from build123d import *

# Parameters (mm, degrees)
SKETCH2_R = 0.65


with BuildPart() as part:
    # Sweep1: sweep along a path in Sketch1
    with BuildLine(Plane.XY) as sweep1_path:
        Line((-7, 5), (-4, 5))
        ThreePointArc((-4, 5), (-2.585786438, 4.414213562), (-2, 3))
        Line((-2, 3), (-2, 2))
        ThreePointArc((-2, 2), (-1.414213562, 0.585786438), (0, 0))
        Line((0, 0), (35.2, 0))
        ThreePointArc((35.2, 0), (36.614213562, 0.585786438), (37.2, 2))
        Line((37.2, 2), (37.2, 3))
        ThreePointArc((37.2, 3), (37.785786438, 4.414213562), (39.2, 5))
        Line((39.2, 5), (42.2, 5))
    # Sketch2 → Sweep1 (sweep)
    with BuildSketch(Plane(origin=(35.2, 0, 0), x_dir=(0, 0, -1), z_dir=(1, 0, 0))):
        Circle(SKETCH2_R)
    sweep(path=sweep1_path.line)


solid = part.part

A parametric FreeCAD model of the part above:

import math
import FreeCAD as App
import Part
import Sketcher
from FreeCAD import Vector
Q = App.Units.Quantity

doc = App.newDocument("Part")
body = doc.addObject("PartDesign::Body", "Body")

# Sketch on YZ plane
sketch1 = body.newObject("Sketcher::SketchObject", "Sketch")
sketch1.AttachmentSupport = (doc.getObject("YZ_Plane"), [""])
sketch1.MapMode = "FlatFace"
sketch1.AttachmentOffset = App.Placement(Vector(0, 0, 35.2), App.Rotation())
sketch1.addGeometry(Part.Circle(Vector(0, 0, 0), Vector(0, 0, 1), 0.7), False)
sketch1.addConstraint([
    Sketcher.Constraint("Coincident", 0, 3, -1, 1),
    Sketcher.Constraint("Diameter", 0, Q("1.3 mm")),
])

# Sketch on XY plane
sketch2 = body.newObject("Sketcher::SketchObject", "Sketch001")
sketch2.AttachmentSupport = (doc.getObject("XY_Plane"), [""])
sketch2.MapMode = "FlatFace"
sketch2.addGeometry([
    Part.LineSegment(Vector(-7, 5, 0), Vector(-4, 5, 0)),  # 0
    Part.ArcOfCircle(Part.Circle(Vector(-4, 3, 0), Vector(0, 0, 1), 2), math.radians(0), math.radians(90)),  # 1
    Part.LineSegment(Vector(-2, 3, 0), Vector(-2, 2, 0)),  # 2
    Part.ArcOfCircle(Part.Circle(Vector(0, 2, 0), Vector(0, 0, 1), 2), math.radians(-180), math.radians(-90)),  # 3
    Part.LineSegment(Vector(0, 0, 0), Vector(35.2, 0, 0)),  # 4
    Part.ArcOfCircle(Part.Circle(Vector(35.2, 2, 0), Vector(0, 0, 1), 2), math.radians(-90), math.radians(0)),  # 5
    Part.LineSegment(Vector(37.2, 2, 0), Vector(37.2, 3, 0)),  # 6
    Part.ArcOfCircle(Part.Circle(Vector(39.2, 3, 0), Vector(0, 0, 1), 2), math.radians(90), math.radians(180)),  # 7
    Part.LineSegment(Vector(39.2, 5, 0), Vector(42.2, 5, 0)),  # 8
], False)
sketch2.addConstraint([
    Sketcher.Constraint("Tangent", 0, 2, 1, 2),
    Sketcher.Constraint("Tangent", 1, 1, 2, 1),
    Sketcher.Constraint("Tangent", 2, 2, 3, 1),
    Sketcher.Constraint("Tangent", 3, 2, 4, 1),
    Sketcher.Constraint("Tangent", 4, 2, 5, 1),
    Sketcher.Constraint("Tangent", 5, 2, 6, 1),
    Sketcher.Constraint("Tangent", 6, 2, 7, 2),
    Sketcher.Constraint("Tangent", 7, 1, 8, 1),
    Sketcher.Constraint("Horizontal", 0),
    Sketcher.Constraint("Vertical", 2),
    Sketcher.Constraint("Horizontal", 4),
    Sketcher.Constraint("Vertical", 6),
    Sketcher.Constraint("Horizontal", 8),
    Sketcher.Constraint("Coincident", 3, 2, -1, 1),
    Sketcher.Constraint("Equal", 1, 3),
    Sketcher.Constraint("Equal", 3, 5),
    Sketcher.Constraint("Equal", 5, 7),
    Sketcher.Constraint("Horizontal", 1, 3, 7, 3),
    Sketcher.Constraint("Equal", 0, 8),
    Sketcher.Constraint("Radius", 1, Q("2 mm")),
    Sketcher.Constraint("DistanceX", 0, 1, 0, 2, Q("3 mm")),
    Sketcher.Constraint("DistanceY", 2, 2, 2, 1, Q("1 mm")),
    Sketcher.Constraint("DistanceX", 4, 1, 4, 2, Q("35.2 mm")),
])
doc.recompute()

additivepipe = body.newObject("PartDesign::AdditivePipe", "AdditivePipe")
additivepipe.Profile = sketch1
additivepipe.Spine = (sketch2, ["Edge1", "Edge2", "Edge3", "Edge4", "Edge5", "Edge6", "Edge7", "Edge8", "Edge9"])

doc.recompute()
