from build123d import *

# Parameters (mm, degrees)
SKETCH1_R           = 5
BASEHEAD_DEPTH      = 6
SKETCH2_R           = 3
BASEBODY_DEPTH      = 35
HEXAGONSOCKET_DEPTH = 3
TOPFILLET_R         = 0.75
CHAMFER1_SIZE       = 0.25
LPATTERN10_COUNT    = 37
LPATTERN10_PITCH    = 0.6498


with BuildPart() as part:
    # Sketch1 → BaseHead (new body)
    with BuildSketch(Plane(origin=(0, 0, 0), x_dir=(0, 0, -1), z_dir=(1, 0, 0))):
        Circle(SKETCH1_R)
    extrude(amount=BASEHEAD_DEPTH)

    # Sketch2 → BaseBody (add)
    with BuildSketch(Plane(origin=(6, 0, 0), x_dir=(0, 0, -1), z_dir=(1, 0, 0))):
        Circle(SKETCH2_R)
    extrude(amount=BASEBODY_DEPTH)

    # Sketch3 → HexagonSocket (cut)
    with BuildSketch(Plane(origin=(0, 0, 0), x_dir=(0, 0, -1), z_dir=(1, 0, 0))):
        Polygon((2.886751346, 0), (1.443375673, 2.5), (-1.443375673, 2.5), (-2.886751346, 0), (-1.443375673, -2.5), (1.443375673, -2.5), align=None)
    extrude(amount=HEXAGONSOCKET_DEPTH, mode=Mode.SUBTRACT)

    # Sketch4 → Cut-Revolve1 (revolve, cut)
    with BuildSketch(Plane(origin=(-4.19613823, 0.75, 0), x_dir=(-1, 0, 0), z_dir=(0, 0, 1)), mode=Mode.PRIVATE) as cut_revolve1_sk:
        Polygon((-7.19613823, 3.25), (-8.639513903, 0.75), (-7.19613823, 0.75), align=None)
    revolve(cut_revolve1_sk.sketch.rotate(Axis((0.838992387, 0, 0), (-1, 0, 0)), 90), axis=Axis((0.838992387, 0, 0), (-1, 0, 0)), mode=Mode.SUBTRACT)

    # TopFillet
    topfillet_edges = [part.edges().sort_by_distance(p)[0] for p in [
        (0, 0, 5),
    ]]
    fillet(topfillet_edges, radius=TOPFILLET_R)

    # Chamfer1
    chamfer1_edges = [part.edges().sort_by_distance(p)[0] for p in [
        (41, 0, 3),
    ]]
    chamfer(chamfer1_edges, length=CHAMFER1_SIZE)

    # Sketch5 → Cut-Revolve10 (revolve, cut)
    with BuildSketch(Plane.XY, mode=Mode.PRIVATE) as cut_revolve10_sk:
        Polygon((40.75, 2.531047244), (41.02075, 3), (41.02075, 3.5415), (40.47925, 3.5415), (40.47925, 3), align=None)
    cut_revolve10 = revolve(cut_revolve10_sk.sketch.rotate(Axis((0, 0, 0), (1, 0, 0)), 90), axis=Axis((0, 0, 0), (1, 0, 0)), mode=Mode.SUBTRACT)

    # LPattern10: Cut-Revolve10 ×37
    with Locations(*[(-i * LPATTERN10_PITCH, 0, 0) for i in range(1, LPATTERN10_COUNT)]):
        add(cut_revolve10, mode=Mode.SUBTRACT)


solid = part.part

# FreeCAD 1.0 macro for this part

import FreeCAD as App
import Part
import Sketcher

V = App.Vector
Q = App.Units.Quantity


def edges_at(feature, points):
    """Names of the edges that pass closest to the given points."""
    edges = feature.Shape.Edges
    near = lambda p: min(range(len(edges)), key=lambda i: edges[i].distToShape(Part.Vertex(*p))[0])
    return sorted({f"Edge{near(p) + 1}" for p in points})


def add_polygon(sketch, points):
    """Adds a closed chain of lines whose ends are joined by coincident constraints."""
    first, n = sketch.GeometryCount, len(points)
    for a, b in zip(points, points[1:] + points[:1]):
        sketch.addGeometry(Part.LineSegment(App.Vector(*a, 0), App.Vector(*b, 0)), False)
    for i in range(n):
        sketch.addConstraint(Sketcher.Constraint("Coincident", first + i, 2, first + (i + 1) % n, 1))

doc = App.newDocument("Part")
body = doc.addObject("PartDesign::Body", "Body")

# Sketch on YZ plane
sketch1 = body.newObject("Sketcher::SketchObject", "Sketch")
sketch1.AttachmentSupport = (doc.getObject("YZ_Plane"), [""])
sketch1.MapMode = "FlatFace"
sketch1.addGeometry(Part.Circle(V(0, 0, 0), V(0, 0, 1), 5), False)
sketch1.addConstraint([
    Sketcher.Constraint("Coincident", 0, 3, -1, 1),
    Sketcher.Constraint("Diameter", 0, Q("10 mm")),
])
pad1 = body.newObject("PartDesign::Pad", "Pad")
pad1.Profile = sketch1
pad1.Length = 6

# Sketch on YZ plane
sketch2 = body.newObject("Sketcher::SketchObject", "Sketch001")
sketch2.AttachmentSupport = (doc.getObject("YZ_Plane"), [""])
sketch2.MapMode = "FlatFace"
sketch2.AttachmentOffset = App.Placement(V(0, 0, 6), App.Rotation())
sketch2.addGeometry(Part.Circle(V(0, 0, 0), V(0, 0, 1), 3), False)
sketch2.addConstraint([
    Sketcher.Constraint("Coincident", 0, 3, -1, 1),
    Sketcher.Constraint("Diameter", 0, Q("6 mm")),
])
pad2 = body.newObject("PartDesign::Pad", "Pad001")
pad2.Profile = sketch2
pad2.Length = 35

# Sketch on YZ plane
sketch3 = body.newObject("Sketcher::SketchObject", "Sketch002")
sketch3.AttachmentSupport = (doc.getObject("YZ_Plane"), [""])
sketch3.MapMode = "FlatFace"
add_polygon(sketch3, [(0, -2.9), (2.5, -1.4), (2.5, 1.4), (0, 2.9), (-2.5, 1.4), (-2.5, -1.4)])  # lines 0-5
sketch3.addConstraint([
    Sketcher.Constraint("Vertical", 1),
    Sketcher.Constraint("Vertical", 4),
    Sketcher.Constraint("Symmetric", 0, 2, 3, 2, -1, 1),
    Sketcher.Constraint("Symmetric", 2, 2, 5, 2, -1, 1),
    Sketcher.Constraint("PointOnObject", 2, 2, -2),
    Sketcher.Constraint("Parallel", 2, 5),
    Sketcher.Constraint("Horizontal", 1, 2, 3, 2),
    Sketcher.Constraint("Angle", 0, Q("30 deg")),
    Sketcher.Constraint("DistanceX", 3, 2, 1, 2, Q("5 mm")),
    Sketcher.Constraint("DistanceY", 1, 1, 1, 2, Q("2.886751 mm")),
])
pocket1 = body.newObject("PartDesign::Pocket", "Pocket")
pocket1.Profile = sketch3
pocket1.Length = 3
pocket1.Reversed = True

# Sketch on XY plane
sketch4 = body.newObject("Sketcher::SketchObject", "Sketch003")
sketch4.AttachmentSupport = (doc.getObject("XY_Plane"), [""])
sketch4.MapMode = "FlatFace"
add_polygon(sketch4, [(3, -2.5), (4.4, 0), (3, 0)])  # lines 0-2
sketch4.addConstraint([
    Sketcher.Constraint("Horizontal", 1),
    Sketcher.Constraint("Vertical", 2),
    Sketcher.Constraint("PointOnObject", 0, 2, -1),
    Sketcher.Constraint("Angle", 0, Q("60 deg")),
    Sketcher.Constraint("DistanceY", 2, 2, 2, 1, Q("2.5 mm")),
    Sketcher.Constraint("DistanceX", -1, 1, 1, 2, Q("3 mm")),
])
groove = body.newObject("PartDesign::Groove", "Groove")
groove.Profile = sketch4
groove.ReferenceAxis = (sketch4, ["H_Axis"])
groove.Angle = 360
doc.recompute()

fillet = body.newObject("PartDesign::Fillet", "Fillet")
fillet.Base = (groove, edges_at(groove, [(0, 0, 5)]))
fillet.Radius = 0.75
doc.recompute()

chamfer = body.newObject("PartDesign::Chamfer", "Chamfer")
chamfer.Base = (fillet, edges_at(fillet, [(41, 0, 3)]))
chamfer.Size = 0.25

# Sketch on XY plane
sketch5 = body.newObject("Sketcher::SketchObject", "Sketch004")
sketch5.AttachmentSupport = (doc.getObject("XY_Plane"), [""])
sketch5.MapMode = "FlatFace"
add_polygon(sketch5, [(40.8, 2.5), (41, 3), (41, 3.5), (40.5, 3.5), (40.5, 3)])  # lines 0-4
sketch5.addConstraint([
    Sketcher.Constraint("Vertical", 1),
    Sketcher.Constraint("Horizontal", 2),
    Sketcher.Constraint("Vertical", 3),
    Sketcher.Constraint("Horizontal", 0, 2, 3, 2),
    Sketcher.Constraint("Equal", 2, 1),
    Sketcher.Constraint("Equal", 0, 4),
    Sketcher.Constraint("Angle", 0, Q("60 deg")),
    Sketcher.Constraint("DistanceY", -1, 1, 0, 2, Q("3 mm")),
    Sketcher.Constraint("DistanceX", -1, 1, 4, 2, Q("40.75 mm")),
    Sketcher.Constraint("DistanceX", 2, 2, 2, 1, Q("0.5415 mm")),
])
groove2 = body.newObject("PartDesign::Groove", "Groove001")
groove2.Profile = sketch5
groove2.ReferenceAxis = (sketch5, ["H_Axis"])
groove2.Angle = 360
doc.recompute()

linearpattern = body.newObject("PartDesign::LinearPattern", "LinearPattern")
linearpattern.Originals = [groove2]
linearpattern.Direction = (doc.getObject("X_Axis"), [""])
linearpattern.Mode = "offset"
linearpattern.Offset = 0.6498
linearpattern.Occurrences = 37
linearpattern.Reversed = True
body.Tip = linearpattern

doc.recompute()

^^^^

What you need to do
Look through the entries above and quote exactly the lines from the line with "(1, 0, 0)), mode=Mode.SUBTRACT)" to the line with "# FreeCAD 1.0 macro for this part", counting both of those lines.

Worked solution
    cut_revolve10 = revolve(cut_revolve10_sk.sketch.rotate(Axis((0, 0, 0), (1, 0, 0)), 90), axis=Axis((0, 0, 0), (1, 0, 0)), mode=Mode.SUBTRACT)

    # LPattern10: Cut-Revolve10 ×37
    with Locations(*[(-i * LPATTERN10_PITCH, 0, 0) for i in range(1, LPATTERN10_COUNT)]):
        add(cut_revolve10, mode=Mode.SUBTRACT)


solid = part.part

# FreeCAD 1.0 macro for this part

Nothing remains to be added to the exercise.